No final do século XIX, o cristianismo já começava a mostrar sinais de decadência, especialmente devido ao crescente contato do homem com a ciência e outras ideologias emergentes. Dentro desse contexto de transformação cultural e intelectual, emerge a obra de Hlynur Pálmason, que não apenas oferece uma narrativa cinematográfica envolvente, mas também lança uma luz penetrante sobre nossa própria história enquanto colonizadores e a maneira como os valores religiosos estavam sendo desafiados. Terra de Deus.
O filme escolhido pela Islândia para representá-la no Oscar de 2024 não se concentra principalmente nas limitações do dedicado servo de Deus. O cerne da narrativa, desenvolvido ao longo dos quase 150 minutos de duração, gira em torno do silencioso e implacável conflito entre a natureza majestosa e poderosa e os dogmas e regras criados na tentativa de domesticar tanto a paisagem quanto os impulsos humanos. Uma metáfora apropriada para essa contínua luta é o hobby fotográfico do próprio padre Lucas. Ele se envolve profundamente em seu ritual com placas de vidro, sais de prata e outros elementos necessários para capturar a imagem de alguém. No entanto, o retrato resultante de seu esforço intelectual é apenas uma representação parcial. Ele não consegue capturar a complexidade das expressões humanas nem a vastidão dos horizontes que o cercam.

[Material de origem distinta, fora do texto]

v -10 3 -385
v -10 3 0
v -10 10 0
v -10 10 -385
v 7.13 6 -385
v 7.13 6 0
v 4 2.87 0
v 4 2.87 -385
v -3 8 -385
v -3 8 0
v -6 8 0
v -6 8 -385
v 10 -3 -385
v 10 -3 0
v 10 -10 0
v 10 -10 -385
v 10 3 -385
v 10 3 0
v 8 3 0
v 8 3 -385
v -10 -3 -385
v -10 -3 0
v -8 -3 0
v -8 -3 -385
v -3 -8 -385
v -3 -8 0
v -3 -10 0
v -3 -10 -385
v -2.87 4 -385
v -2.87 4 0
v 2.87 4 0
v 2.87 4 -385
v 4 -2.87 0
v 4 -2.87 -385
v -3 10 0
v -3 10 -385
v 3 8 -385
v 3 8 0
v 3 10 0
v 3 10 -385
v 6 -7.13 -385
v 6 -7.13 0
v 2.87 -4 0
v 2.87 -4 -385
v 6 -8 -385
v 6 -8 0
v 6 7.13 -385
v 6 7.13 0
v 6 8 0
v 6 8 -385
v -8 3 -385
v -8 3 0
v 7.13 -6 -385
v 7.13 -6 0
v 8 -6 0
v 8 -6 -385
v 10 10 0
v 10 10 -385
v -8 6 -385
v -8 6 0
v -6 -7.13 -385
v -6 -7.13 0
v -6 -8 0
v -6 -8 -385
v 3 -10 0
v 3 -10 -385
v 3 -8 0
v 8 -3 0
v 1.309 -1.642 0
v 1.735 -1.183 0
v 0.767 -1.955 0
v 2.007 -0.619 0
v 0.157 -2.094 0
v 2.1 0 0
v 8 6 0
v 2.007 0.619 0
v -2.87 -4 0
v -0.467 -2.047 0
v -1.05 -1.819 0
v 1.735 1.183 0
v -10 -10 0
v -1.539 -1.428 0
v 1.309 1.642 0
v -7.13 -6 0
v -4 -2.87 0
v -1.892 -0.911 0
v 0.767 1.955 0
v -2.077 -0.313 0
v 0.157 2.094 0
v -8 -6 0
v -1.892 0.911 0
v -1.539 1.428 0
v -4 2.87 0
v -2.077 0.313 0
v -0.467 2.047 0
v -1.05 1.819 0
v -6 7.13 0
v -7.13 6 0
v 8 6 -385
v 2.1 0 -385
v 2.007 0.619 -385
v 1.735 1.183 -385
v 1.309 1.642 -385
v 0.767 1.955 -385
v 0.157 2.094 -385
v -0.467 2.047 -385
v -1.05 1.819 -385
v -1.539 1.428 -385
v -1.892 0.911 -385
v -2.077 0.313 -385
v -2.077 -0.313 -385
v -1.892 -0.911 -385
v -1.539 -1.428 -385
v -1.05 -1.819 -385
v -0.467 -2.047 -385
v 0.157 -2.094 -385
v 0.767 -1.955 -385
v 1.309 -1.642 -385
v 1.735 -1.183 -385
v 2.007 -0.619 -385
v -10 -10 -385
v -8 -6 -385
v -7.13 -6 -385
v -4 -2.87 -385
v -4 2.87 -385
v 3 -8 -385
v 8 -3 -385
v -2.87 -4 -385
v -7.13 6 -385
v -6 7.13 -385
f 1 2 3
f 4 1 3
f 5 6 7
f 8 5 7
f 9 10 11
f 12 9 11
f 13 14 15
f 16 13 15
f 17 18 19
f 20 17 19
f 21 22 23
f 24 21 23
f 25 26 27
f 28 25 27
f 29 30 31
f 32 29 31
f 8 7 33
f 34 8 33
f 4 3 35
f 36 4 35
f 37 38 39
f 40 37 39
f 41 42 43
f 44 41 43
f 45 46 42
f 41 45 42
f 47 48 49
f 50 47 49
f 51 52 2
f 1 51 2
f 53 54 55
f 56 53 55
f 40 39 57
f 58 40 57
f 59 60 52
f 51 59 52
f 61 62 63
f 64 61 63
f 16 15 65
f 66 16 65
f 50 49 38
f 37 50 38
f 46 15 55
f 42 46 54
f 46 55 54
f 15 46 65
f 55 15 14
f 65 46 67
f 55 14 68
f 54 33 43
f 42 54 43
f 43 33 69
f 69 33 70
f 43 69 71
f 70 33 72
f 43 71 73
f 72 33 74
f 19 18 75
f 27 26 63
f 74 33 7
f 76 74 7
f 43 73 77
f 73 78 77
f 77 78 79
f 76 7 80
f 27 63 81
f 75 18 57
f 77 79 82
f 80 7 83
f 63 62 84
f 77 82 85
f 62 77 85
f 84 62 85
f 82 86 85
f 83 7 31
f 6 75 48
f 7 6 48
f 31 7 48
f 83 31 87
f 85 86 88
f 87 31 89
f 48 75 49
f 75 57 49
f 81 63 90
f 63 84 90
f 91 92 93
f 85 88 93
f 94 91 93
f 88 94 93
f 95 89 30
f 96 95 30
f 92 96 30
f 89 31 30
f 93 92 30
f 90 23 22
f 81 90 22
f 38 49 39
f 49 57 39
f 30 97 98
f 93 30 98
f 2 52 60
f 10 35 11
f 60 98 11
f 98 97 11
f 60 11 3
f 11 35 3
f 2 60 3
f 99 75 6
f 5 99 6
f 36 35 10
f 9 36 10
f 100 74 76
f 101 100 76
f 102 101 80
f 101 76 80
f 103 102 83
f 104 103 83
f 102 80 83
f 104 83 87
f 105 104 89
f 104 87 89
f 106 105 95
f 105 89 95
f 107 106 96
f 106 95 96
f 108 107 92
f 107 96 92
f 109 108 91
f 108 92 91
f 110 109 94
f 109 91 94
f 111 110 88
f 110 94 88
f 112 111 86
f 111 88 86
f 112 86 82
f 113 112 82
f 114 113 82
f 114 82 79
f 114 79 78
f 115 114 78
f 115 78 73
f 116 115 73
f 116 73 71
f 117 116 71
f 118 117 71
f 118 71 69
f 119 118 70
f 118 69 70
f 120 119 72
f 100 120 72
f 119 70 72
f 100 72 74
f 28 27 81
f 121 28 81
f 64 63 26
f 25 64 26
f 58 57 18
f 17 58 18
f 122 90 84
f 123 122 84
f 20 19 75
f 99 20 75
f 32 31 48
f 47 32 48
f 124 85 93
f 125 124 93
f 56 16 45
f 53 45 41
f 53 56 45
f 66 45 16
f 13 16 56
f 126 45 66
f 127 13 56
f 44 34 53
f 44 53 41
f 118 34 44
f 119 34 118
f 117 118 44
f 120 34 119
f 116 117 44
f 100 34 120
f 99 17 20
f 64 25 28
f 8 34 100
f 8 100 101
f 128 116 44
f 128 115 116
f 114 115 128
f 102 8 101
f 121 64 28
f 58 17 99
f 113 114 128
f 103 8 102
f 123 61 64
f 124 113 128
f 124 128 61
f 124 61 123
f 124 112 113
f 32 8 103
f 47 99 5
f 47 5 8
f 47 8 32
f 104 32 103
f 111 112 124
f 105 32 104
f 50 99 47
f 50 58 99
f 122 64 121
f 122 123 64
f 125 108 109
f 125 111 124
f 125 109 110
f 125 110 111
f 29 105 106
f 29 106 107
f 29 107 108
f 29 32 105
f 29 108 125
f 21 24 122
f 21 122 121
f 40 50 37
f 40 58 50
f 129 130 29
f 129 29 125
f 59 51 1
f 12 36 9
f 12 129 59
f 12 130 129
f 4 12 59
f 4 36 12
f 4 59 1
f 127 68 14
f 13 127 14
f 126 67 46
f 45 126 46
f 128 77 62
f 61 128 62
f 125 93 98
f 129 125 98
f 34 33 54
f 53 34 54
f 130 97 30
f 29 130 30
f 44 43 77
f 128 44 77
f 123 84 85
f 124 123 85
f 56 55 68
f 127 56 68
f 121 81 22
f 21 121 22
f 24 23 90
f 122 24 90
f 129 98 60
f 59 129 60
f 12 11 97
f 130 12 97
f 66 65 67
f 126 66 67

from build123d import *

# Parameters (mm, degrees)
CROQUIS1_R              = 2.1
SALIENTE_EXTRUIR2_DEPTH = 385


with BuildPart() as part:
    # Croquis1 → Saliente-Extruir2 (new body)
    with BuildSketch(Plane.XY):
        Polygon((-3, 10), (-3, 8), (-6, 8), (-6, 7.13), (-2.87, 4), (2.87, 4), (6, 7.13), (6, 8), (3, 8), (3, 10), (10, 10), (10, 3), (8, 3), (8, 6), (7.13, 6), (4, 2.87), (4, -2.87), (7.13, -6), (8, -6), (8, -3), (10, -3), (10, -10), (3, -10), (3, -8), (6, -8), (6, -7.13), (2.87, -4), (-2.87, -4), (-6, -7.13), (-6, -8), (-3, -8), (-3, -10), (-10, -10), (-10, -3), (-8, -3), (-8, -6), (-7.13, -6), (-4, -2.87), (-4, 2.87), (-7.13, 6), (-8, 6), (-8, 3), (-10, 3), (-10, 10), align=None)
        Circle(CROQUIS1_R, mode=Mode.SUBTRACT)
    extrude(amount=-SALIENTE_EXTRUIR2_DEPTH)


solid = part.part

A trama se desenrola a partir de uma conversa simples em um opulento palácio, repleto de riquezas, onde o jovem pastor Lucas é incumbido de uma missão que o levará muito além das fronteiras de seu mundo afetivo: a construção de uma igreja e a catequização dos habitantes locais.Ao invés de adotar o tradicional salto no tempo, onde a narrativa seguiria uma sequência de imagens diretas, o diretor faz uma escolha intrigante ao nos conduzir pela travessia do jovem padre por aquele ambiente desafiador. Nessa parte específica do filme, somos testemunhas de todo o seu sacrifício para navegar por aquela região. À medida que o caminho se torna progressivamente mais desafiador, chegando ao ponto de custar a vida de um homem, vemos o personagem principal mergulhar em reflexões profundas por meio de planos contemplativos, questionando se tudo o que ele está experimentando é um castigo divino ou uma prova da divindade.

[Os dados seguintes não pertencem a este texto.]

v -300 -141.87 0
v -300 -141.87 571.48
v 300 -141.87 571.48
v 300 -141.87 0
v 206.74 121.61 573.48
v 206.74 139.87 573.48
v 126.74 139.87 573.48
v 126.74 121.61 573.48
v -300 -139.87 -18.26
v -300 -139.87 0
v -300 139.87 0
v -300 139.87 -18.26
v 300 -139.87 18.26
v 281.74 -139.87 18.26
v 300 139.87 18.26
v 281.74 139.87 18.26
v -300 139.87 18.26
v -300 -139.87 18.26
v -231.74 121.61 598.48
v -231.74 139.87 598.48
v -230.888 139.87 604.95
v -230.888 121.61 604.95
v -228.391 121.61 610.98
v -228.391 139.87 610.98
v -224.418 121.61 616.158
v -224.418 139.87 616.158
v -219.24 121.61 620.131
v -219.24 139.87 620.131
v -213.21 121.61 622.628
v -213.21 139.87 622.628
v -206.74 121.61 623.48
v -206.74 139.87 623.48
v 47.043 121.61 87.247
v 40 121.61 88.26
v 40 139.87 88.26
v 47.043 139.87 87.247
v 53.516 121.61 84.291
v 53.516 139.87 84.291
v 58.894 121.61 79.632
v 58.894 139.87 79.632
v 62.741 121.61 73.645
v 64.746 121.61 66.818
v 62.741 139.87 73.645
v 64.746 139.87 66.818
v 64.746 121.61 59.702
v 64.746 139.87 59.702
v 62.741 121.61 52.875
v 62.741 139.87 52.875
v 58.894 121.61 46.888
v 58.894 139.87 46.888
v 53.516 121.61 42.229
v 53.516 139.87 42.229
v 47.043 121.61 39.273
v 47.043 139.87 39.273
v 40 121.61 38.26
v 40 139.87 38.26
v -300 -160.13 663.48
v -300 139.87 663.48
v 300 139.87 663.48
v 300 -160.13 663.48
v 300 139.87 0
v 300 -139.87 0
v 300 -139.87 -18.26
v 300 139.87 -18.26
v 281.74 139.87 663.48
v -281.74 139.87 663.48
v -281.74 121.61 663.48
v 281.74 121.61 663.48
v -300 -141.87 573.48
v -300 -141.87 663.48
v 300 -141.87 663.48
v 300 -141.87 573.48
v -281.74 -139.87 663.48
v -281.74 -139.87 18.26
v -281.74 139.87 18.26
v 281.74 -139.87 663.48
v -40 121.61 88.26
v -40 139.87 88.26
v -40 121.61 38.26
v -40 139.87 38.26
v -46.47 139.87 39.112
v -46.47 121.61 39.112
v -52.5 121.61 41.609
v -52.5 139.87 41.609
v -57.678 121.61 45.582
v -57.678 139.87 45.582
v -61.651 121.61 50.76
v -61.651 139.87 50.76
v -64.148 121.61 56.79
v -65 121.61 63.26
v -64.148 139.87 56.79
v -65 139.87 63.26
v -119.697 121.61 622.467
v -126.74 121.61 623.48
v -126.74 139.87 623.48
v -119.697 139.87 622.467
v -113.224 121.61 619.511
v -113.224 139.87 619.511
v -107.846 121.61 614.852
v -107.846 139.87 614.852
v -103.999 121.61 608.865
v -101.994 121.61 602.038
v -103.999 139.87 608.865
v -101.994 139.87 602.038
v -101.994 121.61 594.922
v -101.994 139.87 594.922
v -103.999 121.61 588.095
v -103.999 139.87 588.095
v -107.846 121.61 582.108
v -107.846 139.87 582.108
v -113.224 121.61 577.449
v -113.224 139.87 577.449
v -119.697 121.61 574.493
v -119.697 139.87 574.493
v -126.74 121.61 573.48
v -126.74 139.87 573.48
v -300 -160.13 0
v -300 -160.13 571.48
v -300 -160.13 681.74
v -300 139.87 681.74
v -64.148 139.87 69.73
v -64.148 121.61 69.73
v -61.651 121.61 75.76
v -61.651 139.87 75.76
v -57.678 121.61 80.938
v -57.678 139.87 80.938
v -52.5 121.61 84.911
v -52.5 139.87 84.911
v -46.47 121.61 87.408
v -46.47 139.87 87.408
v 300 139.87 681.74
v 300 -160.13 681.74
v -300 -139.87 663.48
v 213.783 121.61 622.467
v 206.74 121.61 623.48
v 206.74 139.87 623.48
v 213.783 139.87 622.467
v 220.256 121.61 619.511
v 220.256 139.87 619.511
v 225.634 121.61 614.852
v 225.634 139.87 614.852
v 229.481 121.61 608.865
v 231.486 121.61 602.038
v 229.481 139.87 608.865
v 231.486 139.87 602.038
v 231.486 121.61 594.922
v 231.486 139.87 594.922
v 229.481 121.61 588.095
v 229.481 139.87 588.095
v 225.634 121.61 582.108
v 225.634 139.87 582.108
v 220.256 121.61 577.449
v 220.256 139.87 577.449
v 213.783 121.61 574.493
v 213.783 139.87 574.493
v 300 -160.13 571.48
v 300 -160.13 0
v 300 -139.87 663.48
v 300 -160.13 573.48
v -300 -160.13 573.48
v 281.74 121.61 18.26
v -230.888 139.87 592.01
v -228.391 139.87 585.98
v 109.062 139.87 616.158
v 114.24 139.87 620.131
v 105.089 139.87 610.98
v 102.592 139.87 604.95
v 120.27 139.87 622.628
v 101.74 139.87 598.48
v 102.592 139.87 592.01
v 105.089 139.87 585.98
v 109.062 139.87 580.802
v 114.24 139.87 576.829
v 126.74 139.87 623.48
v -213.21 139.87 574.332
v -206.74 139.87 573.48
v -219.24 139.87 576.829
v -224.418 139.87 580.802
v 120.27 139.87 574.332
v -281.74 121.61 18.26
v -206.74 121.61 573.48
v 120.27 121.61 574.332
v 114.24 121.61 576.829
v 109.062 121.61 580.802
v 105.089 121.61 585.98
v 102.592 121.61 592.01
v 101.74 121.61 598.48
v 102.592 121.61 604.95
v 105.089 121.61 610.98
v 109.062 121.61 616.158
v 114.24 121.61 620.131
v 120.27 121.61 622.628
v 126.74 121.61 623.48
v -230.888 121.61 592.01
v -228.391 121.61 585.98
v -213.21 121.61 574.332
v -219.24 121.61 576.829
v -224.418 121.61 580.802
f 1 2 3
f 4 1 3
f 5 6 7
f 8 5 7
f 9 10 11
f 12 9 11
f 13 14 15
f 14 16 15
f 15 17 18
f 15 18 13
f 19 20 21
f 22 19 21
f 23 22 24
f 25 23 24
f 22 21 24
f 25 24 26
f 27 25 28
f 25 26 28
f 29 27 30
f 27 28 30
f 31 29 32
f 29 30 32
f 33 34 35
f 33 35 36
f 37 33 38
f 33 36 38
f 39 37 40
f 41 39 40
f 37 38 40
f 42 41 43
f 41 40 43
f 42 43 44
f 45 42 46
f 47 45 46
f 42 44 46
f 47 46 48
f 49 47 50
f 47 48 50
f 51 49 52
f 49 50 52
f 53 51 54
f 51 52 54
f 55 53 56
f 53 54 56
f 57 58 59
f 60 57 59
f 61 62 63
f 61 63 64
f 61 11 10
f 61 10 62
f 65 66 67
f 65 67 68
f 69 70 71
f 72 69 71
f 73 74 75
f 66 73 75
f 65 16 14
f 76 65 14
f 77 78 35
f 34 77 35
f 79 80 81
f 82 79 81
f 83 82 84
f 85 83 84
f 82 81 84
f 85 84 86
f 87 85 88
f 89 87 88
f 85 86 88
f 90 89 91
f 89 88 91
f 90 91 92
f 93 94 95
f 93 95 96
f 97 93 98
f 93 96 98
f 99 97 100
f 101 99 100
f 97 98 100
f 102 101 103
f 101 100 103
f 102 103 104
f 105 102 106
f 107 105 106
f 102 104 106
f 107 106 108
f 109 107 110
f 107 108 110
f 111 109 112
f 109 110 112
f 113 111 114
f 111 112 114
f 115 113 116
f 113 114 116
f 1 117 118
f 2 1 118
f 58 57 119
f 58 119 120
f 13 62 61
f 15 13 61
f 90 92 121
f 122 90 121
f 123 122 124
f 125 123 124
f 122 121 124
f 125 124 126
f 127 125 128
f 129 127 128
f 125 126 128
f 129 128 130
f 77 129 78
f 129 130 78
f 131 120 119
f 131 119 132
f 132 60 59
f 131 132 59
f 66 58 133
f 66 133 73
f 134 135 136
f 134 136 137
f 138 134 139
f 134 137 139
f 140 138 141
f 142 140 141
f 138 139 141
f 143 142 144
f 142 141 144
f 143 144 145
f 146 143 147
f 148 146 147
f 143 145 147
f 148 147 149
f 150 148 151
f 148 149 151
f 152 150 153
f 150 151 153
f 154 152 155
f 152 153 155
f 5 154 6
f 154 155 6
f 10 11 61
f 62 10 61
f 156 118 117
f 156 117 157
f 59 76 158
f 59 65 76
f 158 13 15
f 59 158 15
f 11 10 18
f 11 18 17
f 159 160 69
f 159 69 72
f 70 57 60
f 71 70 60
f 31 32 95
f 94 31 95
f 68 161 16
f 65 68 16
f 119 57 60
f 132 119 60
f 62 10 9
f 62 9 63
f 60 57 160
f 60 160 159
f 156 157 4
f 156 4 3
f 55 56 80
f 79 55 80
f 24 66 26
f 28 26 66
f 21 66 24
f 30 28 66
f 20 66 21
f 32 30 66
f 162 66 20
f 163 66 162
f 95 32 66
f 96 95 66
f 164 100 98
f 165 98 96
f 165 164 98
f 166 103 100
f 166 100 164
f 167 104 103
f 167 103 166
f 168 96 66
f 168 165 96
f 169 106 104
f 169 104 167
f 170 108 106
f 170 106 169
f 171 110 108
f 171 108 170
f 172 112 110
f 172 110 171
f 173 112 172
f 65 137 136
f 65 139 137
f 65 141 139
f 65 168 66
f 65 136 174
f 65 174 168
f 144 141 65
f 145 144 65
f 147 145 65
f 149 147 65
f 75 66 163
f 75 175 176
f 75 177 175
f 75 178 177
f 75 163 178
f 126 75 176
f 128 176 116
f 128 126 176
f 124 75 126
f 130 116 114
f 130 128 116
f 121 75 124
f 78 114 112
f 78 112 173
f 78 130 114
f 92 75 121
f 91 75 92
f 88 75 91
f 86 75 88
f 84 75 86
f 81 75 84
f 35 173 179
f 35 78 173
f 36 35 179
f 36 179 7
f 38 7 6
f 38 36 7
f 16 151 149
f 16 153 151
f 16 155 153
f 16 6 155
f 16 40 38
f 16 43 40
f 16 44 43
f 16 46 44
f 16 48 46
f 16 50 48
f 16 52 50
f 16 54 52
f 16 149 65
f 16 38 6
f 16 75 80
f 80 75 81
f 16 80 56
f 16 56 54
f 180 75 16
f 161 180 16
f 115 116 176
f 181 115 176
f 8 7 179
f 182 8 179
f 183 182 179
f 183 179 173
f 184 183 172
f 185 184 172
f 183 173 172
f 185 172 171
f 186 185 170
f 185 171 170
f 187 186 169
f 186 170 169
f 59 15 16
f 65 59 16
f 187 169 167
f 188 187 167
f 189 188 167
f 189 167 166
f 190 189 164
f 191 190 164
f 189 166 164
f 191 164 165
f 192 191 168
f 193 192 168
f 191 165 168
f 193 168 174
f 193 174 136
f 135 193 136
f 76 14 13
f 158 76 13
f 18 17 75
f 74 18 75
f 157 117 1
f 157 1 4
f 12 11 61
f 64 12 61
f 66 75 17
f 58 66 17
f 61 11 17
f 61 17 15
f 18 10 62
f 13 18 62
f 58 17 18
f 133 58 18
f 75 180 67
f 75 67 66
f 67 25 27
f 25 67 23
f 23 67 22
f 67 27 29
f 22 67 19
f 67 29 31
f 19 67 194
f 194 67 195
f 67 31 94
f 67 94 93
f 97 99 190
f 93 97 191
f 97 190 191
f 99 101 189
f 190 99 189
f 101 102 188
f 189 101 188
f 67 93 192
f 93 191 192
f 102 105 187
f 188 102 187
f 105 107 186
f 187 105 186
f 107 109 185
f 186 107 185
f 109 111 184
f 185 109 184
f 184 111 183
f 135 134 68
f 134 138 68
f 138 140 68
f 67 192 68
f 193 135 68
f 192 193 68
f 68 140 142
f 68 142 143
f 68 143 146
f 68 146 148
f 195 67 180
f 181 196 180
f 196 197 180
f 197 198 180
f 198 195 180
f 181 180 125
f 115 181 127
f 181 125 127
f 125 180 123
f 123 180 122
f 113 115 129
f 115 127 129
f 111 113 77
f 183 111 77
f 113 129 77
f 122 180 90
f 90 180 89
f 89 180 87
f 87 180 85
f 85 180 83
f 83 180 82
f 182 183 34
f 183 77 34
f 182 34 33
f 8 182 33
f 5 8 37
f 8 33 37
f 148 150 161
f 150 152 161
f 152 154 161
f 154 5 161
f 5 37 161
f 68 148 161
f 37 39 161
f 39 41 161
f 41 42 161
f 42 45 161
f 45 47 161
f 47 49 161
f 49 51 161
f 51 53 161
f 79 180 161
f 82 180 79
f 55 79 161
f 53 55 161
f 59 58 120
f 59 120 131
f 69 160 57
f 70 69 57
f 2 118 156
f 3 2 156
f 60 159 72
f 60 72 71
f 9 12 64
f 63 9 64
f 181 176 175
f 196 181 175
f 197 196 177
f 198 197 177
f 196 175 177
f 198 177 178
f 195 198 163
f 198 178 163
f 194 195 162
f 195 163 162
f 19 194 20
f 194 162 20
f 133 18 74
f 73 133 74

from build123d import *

# Parameters (mm, degrees)
F0_W      = 600
F0_H      = 279.74
F1_DEPTH  = 18.26
F3_DEPTH  = 645.22
F2_W      = 563.48
F2_H      = 18.26
F4_DEPTH  = 645.22
F5_DEPTH  = 645.22
F6_W      = 600
F6_H      = 300
F7_DEPTH  = 18.26
F8_DEPTH  = 18.26
F10_DEPTH = 25
F11_W     = 600
F11_H     = 90
F12_DEPTH = 18.26
F13_W     = 600
F13_H     = 571.48
F14_DEPTH = 18.26


with BuildPart() as f1:
    # F0 (on Top) → F1 (new body)
    with BuildSketch(Plane.XY):
        Rectangle(F0_W, F0_H)
    extrude(amount=F1_DEPTH)


with BuildPart() as f3:
    # F2 (on face) → F3 (new body)
    with BuildSketch(Plane.XY.offset(18.26)):
        Polygon((281.74, 121.61), (281.74, -139.87), (300, -139.87), (300, 139.87), (281.74, 139.87), align=None)
    extrude(amount=F3_DEPTH)


with BuildPart() as f4:
    # F2 (on face) → F4 (new body, through all)
    with BuildSketch(Plane.XY.offset(18.26)):
        with Locations((0, 130.74)):
            Rectangle(F2_W, F2_H)
    extrude(amount=F4_DEPTH)

    # F9 (on face) → F10 (cut)
    with BuildSketch(Plane(origin=(0, 139.87, 0), x_dir=(-1, 0, 0), z_dir=(0, 1, 0))):
        with BuildLine():
            ThreePointArc((126.74, 573.48), (144.4176695297, 580.8023304703), (151.74, 598.48))
            ThreePointArc((151.74, 598.48), (144.4176695297, 616.1576695297), (126.74, 623.48))
            ThreePointArc((126.74, 623.48), (101.74, 598.48), (126.74, 573.48))
        make_face()
        with BuildLine():
            ThreePointArc((126.74, 623.48), (144.4176695297, 616.1576695297), (151.74, 598.48))
            ThreePointArc((151.74, 598.48), (144.4176695297, 580.8023304703), (126.74, 573.48))
            Line((126.74, 573.48), (206.74, 573.48))
            ThreePointArc((206.74, 573.48), (181.74, 598.48), (206.74, 623.48))
            Line((206.74, 623.48), (126.74, 623.48))
        make_face()
        with BuildLine():
            ThreePointArc((231.74, 598.48), (224.4176695297, 616.1576695297), (206.74, 623.48))
            ThreePointArc((206.74, 623.48), (181.74, 598.48), (206.74, 573.48))
            ThreePointArc((206.74, 573.48), (224.4176695297, 580.8023304703), (231.74, 598.48))
        make_face()
        with BuildLine():
            ThreePointArc((-126.74, 573.48), (-109.0623304703, 580.8023304703), (-101.74, 598.48))
            ThreePointArc((-101.74, 598.48), (-109.0623304703, 616.1576695297), (-126.74, 623.48))
            ThreePointArc((-126.74, 623.48), (-151.74, 598.48), (-126.74, 573.48))
        make_face()
        with BuildLine():
            ThreePointArc((-126.74, 573.48), (-151.74, 598.48), (-126.74, 623.48))
            Line((-126.74, 623.48), (-206.74, 623.48))
            ThreePointArc((-206.74, 623.48), (-189.0623304703, 616.1576695297), (-181.74, 598.48))
            ThreePointArc((-181.74, 598.48), (-189.0623304703, 580.8023304703), (-206.74, 573.48))
            Line((-206.74, 573.48), (-126.74, 573.48))
        make_face()
        with BuildLine():
            ThreePointArc((-181.74, 598.48), (-189.0623304703, 616.1576695297), (-206.74, 623.48))
            ThreePointArc((-206.74, 623.48), (-231.74, 598.48), (-206.74, 573.48))
            ThreePointArc((-206.74, 573.48), (-189.0623304703, 580.8023304703), (-181.74, 598.48))
        make_face()
        with BuildLine():
            ThreePointArc((40, 38.26), (57.6776695297, 45.5823304703), (65, 63.26))
            ThreePointArc((65, 63.26), (57.6776695297, 80.9376695297), (40, 88.26))
            ThreePointArc((40, 88.26), (15, 63.26), (40, 38.26))
        make_face()
        with BuildLine():
            ThreePointArc((40, 38.26), (15, 63.26), (40, 88.26))
            Line((40, 88.26), (-40, 88.26))
            ThreePointArc((-40, 88.26), (-22.3223304703, 80.9376695297), (-15, 63.26))
            ThreePointArc((-15, 63.26), (-22.3223304703, 45.5823304703), (-40, 38.26))
            Line((-40, 38.26), (40, 38.26))
        make_face()
        with BuildLine():
            ThreePointArc((-15, 63.26), (-22.3223304703, 80.9376695297), (-40, 88.26))
            ThreePointArc((-40, 88.26), (-65, 63.26), (-40, 38.26))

Como mencionado no primeiro parágrafo, o século XIX testemunhou o surgimento de novas tecnologias, com a câmera se destacando como uma das mais impactantes. A capacidade de representar a realidade por meio de um dispositivo gradualmente substituiu a pintura, mas também provocou questionamentos profundos sobre nossa própria percepção da realidade no mundo. Até que ponto a câmera, esse elemento inovador que desafia nossa noção de realidade, influenciará a durabilidade dos ensinamentos cristãos na sociedade?
Dessa forma, o filme irlandês guia seus espectadores através da jornada de um homem que, apesar dos desafios que enfrenta, não os encara como pontos finais ou reinícios, mas sim como etapas em constante transição. A câmera, que anteriormente percorreu o ambiente com movimentos suaves, deixa seu registro uma vez mais no desfecho da história, ressaltando a importância da reflexão contínua sobre a evolução das crenças e da sociedade em um mundo em constante mutação.
Obra: Vanskabte land (Terra de Deus) Elenco: Elliott Crosset Hove, Ingvar Sigurdsson, Vic Carmen Sonne, Jacob Lohmann e Hilmar Guðjónsson Direção: Hlynur Pálmason Roteiro: Hlynur Pálmason Produção: Islândia Ano: 2022 Gênero: Drama Sinopse: Terra de Deus é um filme dinamarquês de drama dirigido por Hlynur Pálmason em que, no final do século 19, Lucas (Elliott Crosset Hove) é um jovem padre dinamarquês que decide viajar para uma parte remota da Islândia com o propósito de construir uma igreja e fotografar a população local. Porém, ele logo percebe que a tarefa pode ser uma provação muito maior do que esperava, já que, quanto mais fundo ele entra na paisagem implacável, mais ele se acaba se desviando de seus nobres propósitos, dos motivos pelos quais decidiu iniciar a jornada e até mesmo de seus valores morais. Classificação: 14 anos Distribuidor: Sena Streaming: Filmicca Nota: 8,0 |
Olá,
Excelente comentário/crítica do Wandryu sobre o filme Terra de Deus, um filme que nos revela e nos lembra de quanto somos insignificantes em relação ao que nos rodeia, a Natureza em sua beleza assustadora. Quem somos nós seres insignificantes diante do que não se tem controle? Obrigado pela resenha. Grande abraço e bom trabalho.